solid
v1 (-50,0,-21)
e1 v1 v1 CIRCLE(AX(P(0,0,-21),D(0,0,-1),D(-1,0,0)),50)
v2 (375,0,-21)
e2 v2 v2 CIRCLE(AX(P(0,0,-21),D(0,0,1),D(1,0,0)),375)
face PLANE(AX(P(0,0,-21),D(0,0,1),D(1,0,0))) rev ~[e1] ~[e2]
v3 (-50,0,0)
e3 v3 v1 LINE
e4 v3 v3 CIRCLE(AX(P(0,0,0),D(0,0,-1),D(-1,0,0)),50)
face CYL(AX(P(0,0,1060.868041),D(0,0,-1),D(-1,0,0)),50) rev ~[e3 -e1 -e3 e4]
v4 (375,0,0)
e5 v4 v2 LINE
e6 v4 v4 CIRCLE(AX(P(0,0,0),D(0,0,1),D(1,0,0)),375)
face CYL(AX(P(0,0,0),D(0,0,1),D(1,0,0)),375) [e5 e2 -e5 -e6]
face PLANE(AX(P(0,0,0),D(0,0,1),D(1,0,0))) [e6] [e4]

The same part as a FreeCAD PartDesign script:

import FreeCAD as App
import Part
import Sketcher
from FreeCAD import Vector

doc = App.newDocument("Part")
body = doc.addObject("PartDesign::Body", "Body")

# Sketch on XY plane
sketch1 = body.newObject("Sketcher::SketchObject", "Sketch")
sketch1.AttachmentSupport = (doc.getObject("XY_Plane"), [""])
sketch1.MapMode = "FlatFace"
sketch1.addGeometry(Part.Circle(Vector(0, 0, 0), Vector(0, 0, 1), 375), False)
sketch1.addConstraint(Sketcher.Constraint("Coincident", 0, 3, -1, 1))
sketch1.addConstraint(Sketcher.Constraint("Diameter", 0, 750.0))
pad1 = body.newObject("PartDesign::Pad", "Pad")
pad1.Profile = sketch1
pad1.Length = 21
pad1.Reversed = True

# Sketch on XY plane
sketch2 = body.newObject("Sketcher::SketchObject", "Sketch001")
sketch2.AttachmentSupport = (doc.getObject("XY_Plane"), [""])
sketch2.MapMode = "FlatFace"
sketch2.addGeometry(Part.Circle(Vector(0, 0, 0), Vector(0, 0, 1), 50), False)
sketch2.addConstraint(Sketcher.Constraint("Coincident", 0, 3, -1, 1))
sketch2.addConstraint(Sketcher.Constraint("Diameter", 0, 100.0))
doc.recompute()
hole = body.newObject("PartDesign::Hole", "Hole")
hole.Profile = sketch2
hole.ThreadType = "None"
hole.Diameter = 100
hole.DepthType = "ThroughAll"

doc.recompute()
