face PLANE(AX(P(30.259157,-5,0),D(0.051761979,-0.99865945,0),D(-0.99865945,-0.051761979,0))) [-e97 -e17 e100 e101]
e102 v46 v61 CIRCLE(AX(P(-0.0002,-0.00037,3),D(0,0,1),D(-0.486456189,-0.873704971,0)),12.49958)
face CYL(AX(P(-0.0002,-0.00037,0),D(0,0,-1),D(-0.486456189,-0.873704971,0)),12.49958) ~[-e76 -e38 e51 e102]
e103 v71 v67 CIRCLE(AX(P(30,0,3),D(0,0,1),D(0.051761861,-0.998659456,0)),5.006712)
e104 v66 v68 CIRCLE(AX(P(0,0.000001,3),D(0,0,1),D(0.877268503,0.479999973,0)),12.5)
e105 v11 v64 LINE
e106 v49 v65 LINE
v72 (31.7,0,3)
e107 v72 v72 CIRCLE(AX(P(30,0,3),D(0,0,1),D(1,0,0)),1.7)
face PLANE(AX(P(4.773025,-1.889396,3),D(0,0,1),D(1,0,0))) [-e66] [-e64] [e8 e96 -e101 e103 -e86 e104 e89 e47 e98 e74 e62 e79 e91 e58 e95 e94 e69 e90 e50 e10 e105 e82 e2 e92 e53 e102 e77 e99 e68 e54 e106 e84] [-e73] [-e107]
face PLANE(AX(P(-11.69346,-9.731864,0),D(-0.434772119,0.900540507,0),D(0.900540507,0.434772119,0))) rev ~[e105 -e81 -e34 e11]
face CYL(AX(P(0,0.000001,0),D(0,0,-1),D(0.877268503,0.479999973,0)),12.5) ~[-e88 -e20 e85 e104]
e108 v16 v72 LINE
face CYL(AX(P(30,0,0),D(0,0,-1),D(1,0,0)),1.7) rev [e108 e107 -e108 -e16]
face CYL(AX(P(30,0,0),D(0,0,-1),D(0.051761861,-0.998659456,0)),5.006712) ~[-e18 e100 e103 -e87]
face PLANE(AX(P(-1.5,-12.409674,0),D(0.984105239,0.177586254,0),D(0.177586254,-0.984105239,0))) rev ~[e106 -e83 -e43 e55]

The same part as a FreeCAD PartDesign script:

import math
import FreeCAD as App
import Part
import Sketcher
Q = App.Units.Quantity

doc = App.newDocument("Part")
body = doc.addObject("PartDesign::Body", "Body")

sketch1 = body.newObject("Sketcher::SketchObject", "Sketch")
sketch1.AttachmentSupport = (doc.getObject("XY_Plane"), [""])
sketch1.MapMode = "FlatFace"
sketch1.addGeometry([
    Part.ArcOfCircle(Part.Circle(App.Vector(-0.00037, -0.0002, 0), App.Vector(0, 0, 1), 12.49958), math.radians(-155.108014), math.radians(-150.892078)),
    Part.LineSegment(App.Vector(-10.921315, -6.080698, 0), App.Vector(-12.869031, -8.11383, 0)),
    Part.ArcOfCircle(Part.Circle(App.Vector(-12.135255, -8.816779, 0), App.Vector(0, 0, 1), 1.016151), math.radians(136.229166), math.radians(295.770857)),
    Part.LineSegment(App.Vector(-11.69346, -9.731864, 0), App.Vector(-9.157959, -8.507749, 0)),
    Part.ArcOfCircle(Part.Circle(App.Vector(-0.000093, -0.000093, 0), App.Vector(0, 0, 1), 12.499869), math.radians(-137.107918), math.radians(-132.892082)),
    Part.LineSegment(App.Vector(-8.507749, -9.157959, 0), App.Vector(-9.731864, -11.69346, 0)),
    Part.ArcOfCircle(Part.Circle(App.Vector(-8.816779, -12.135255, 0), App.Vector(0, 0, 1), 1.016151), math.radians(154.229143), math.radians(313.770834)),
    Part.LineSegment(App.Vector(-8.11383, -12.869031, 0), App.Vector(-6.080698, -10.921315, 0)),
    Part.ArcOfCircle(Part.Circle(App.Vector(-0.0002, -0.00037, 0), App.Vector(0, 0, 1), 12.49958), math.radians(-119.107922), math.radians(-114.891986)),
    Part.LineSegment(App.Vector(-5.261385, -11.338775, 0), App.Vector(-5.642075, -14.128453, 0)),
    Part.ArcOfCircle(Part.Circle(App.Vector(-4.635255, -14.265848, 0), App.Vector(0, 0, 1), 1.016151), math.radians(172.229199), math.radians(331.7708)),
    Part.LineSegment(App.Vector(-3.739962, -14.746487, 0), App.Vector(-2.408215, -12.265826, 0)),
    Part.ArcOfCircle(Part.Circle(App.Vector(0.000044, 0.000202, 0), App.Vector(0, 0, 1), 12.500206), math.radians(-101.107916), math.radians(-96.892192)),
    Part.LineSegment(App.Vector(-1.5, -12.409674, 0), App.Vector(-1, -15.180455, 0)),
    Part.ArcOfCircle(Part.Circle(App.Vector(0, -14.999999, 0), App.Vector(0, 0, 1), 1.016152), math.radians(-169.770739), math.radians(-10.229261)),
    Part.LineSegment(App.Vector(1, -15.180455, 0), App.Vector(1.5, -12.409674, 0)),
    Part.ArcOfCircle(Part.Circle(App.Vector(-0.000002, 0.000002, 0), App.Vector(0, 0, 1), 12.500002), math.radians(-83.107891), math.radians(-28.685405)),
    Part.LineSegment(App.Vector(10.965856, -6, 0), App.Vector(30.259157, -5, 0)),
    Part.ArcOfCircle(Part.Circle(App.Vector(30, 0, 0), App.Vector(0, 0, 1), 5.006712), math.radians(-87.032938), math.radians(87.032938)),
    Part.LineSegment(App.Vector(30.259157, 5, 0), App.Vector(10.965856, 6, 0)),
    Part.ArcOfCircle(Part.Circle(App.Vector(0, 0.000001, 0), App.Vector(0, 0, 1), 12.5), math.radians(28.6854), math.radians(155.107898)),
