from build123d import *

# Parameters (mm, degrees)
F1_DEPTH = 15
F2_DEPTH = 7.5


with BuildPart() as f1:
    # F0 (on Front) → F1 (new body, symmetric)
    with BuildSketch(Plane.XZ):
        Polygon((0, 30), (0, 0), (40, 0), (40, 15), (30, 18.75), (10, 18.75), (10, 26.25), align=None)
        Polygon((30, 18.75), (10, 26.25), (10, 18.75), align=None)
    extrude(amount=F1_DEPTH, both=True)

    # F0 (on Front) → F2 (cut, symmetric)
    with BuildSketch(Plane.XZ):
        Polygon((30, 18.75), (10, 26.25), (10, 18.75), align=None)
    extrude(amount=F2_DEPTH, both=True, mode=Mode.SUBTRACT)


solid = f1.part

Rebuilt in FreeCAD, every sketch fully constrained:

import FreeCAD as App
import Part
import Sketcher
from FreeCAD import Vector


def add_polygon(sketch, points):
    """Adds a closed chain of lines whose ends are joined by coincident constraints."""
    first, n = sketch.GeometryCount, len(points)
    for a, b in zip(points, points[1:] + points[:1]):
        sketch.addGeometry(Part.LineSegment(App.Vector(*a, 0), App.Vector(*b, 0)), False)
    for i in range(n):
        sketch.addConstraint(Sketcher.Constraint("Coincident", first + i, 2, first + (i + 1) % n, 1))

doc = App.newDocument("Part")
body = doc.addObject("PartDesign::Body", "Body")

sketch1 = body.newObject("Sketcher::SketchObject", "Sketch")
sketch1.AttachmentSupport = (doc.getObject("XZ_Plane"), [""])
sketch1.MapMode = "FlatFace"
add_polygon(sketch1, [(0, 30), (0, 0), (40, 0), (40, 15)])
sketch1.addConstraint(Sketcher.Constraint("Vertical", 0))
sketch1.addConstraint(Sketcher.Constraint("Horizontal", 1))
sketch1.addConstraint(Sketcher.Constraint("Vertical", 2))
sketch1.addConstraint(Sketcher.Constraint("Coincident", 0, 2, -1, 1))
sketch1.addConstraint(Sketcher.Constraint("DistanceX", 1, 1, 1, 2, 40.0))
sketch1.addConstraint(Sketcher.Constraint("DistanceY", 0, 2, 0, 1, 30.0))
sketch1.addConstraint(Sketcher.Constraint("DistanceY", 2, 1, 2, 2, 15.0))
pad1 = body.newObject("PartDesign::Pad", "Pad")
pad1.Profile = sketch1
pad1.Length = 30
pad1.Midplane = True

sketch2 = body.newObject("Sketcher::SketchObject", "Sketch001")
sketch2.AttachmentSupport = (doc.getObject("XZ_Plane"), [""])
sketch2.MapMode = "FlatFace"
add_polygon(sketch2, [(30, 18.75), (10, 26.25), (10, 18.75)])
sketch2.addConstraint(Sketcher.Constraint("Vertical", 1))
sketch2.addConstraint(Sketcher.Constraint("Horizontal", 2))
sketch2.addConstraint(Sketcher.Constraint("DistanceX", 2, 1, 2, 2, 20.0))
sketch2.addConstraint(Sketcher.Constraint("DistanceY", 1, 2, 1, 1, 7.5))
sketch2.addConstraint(Sketcher.Constraint("DistanceX", -1, 1, 0, 2, 10.0))
sketch2.addConstraint(Sketcher.Constraint("DistanceY", -1, 1, 0, 2, 26.25))
pocket1 = body.newObject("PartDesign::Pocket", "Pocket")
pocket1.Profile = sketch2
pocket1.Length = 15
pocket1.Midplane = True

doc.recompute()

Task to carry out: Starting at the line that contains "e105 v11 v64 LINE" and stopping after the line that contains "-e20 e85 e104]", write out every line exactly as it appears above, and no other line.

Task answer:
e105 v11 v64 LINE
e106 v49 v65 LINE
v72 (31.7,0,3)
e107 v72 v72 CIRCLE(AX(P(30,0,3),D(0,0,1),D(1,0,0)),1.7)
face PLANE(AX(P(4.773025,-1.889396,3),D(0,0,1),D(1,0,0))) [-e66] [-e64] [e8 e96 -e101 e103 -e86 e104 e89 e47 e98 e74 e62 e79 e91 e58 e95 e94 e69 e90 e50 e10 e105 e82 e2 e92 e53 e102 e77 e99 e68 e54 e106 e84] [-e73] [-e107]
face PLANE(AX(P(-11.69346,-9.731864,0),D(-0.434772119,0.900540507,0),D(0.900540507,0.434772119,0))) rev ~[e105 -e81 -e34 e11]
face CYL(AX(P(0,0.000001,0),D(0,0,-1),D(0.877268503,0.479999973,0)),12.5) ~[-e88 -e20 e85 e104]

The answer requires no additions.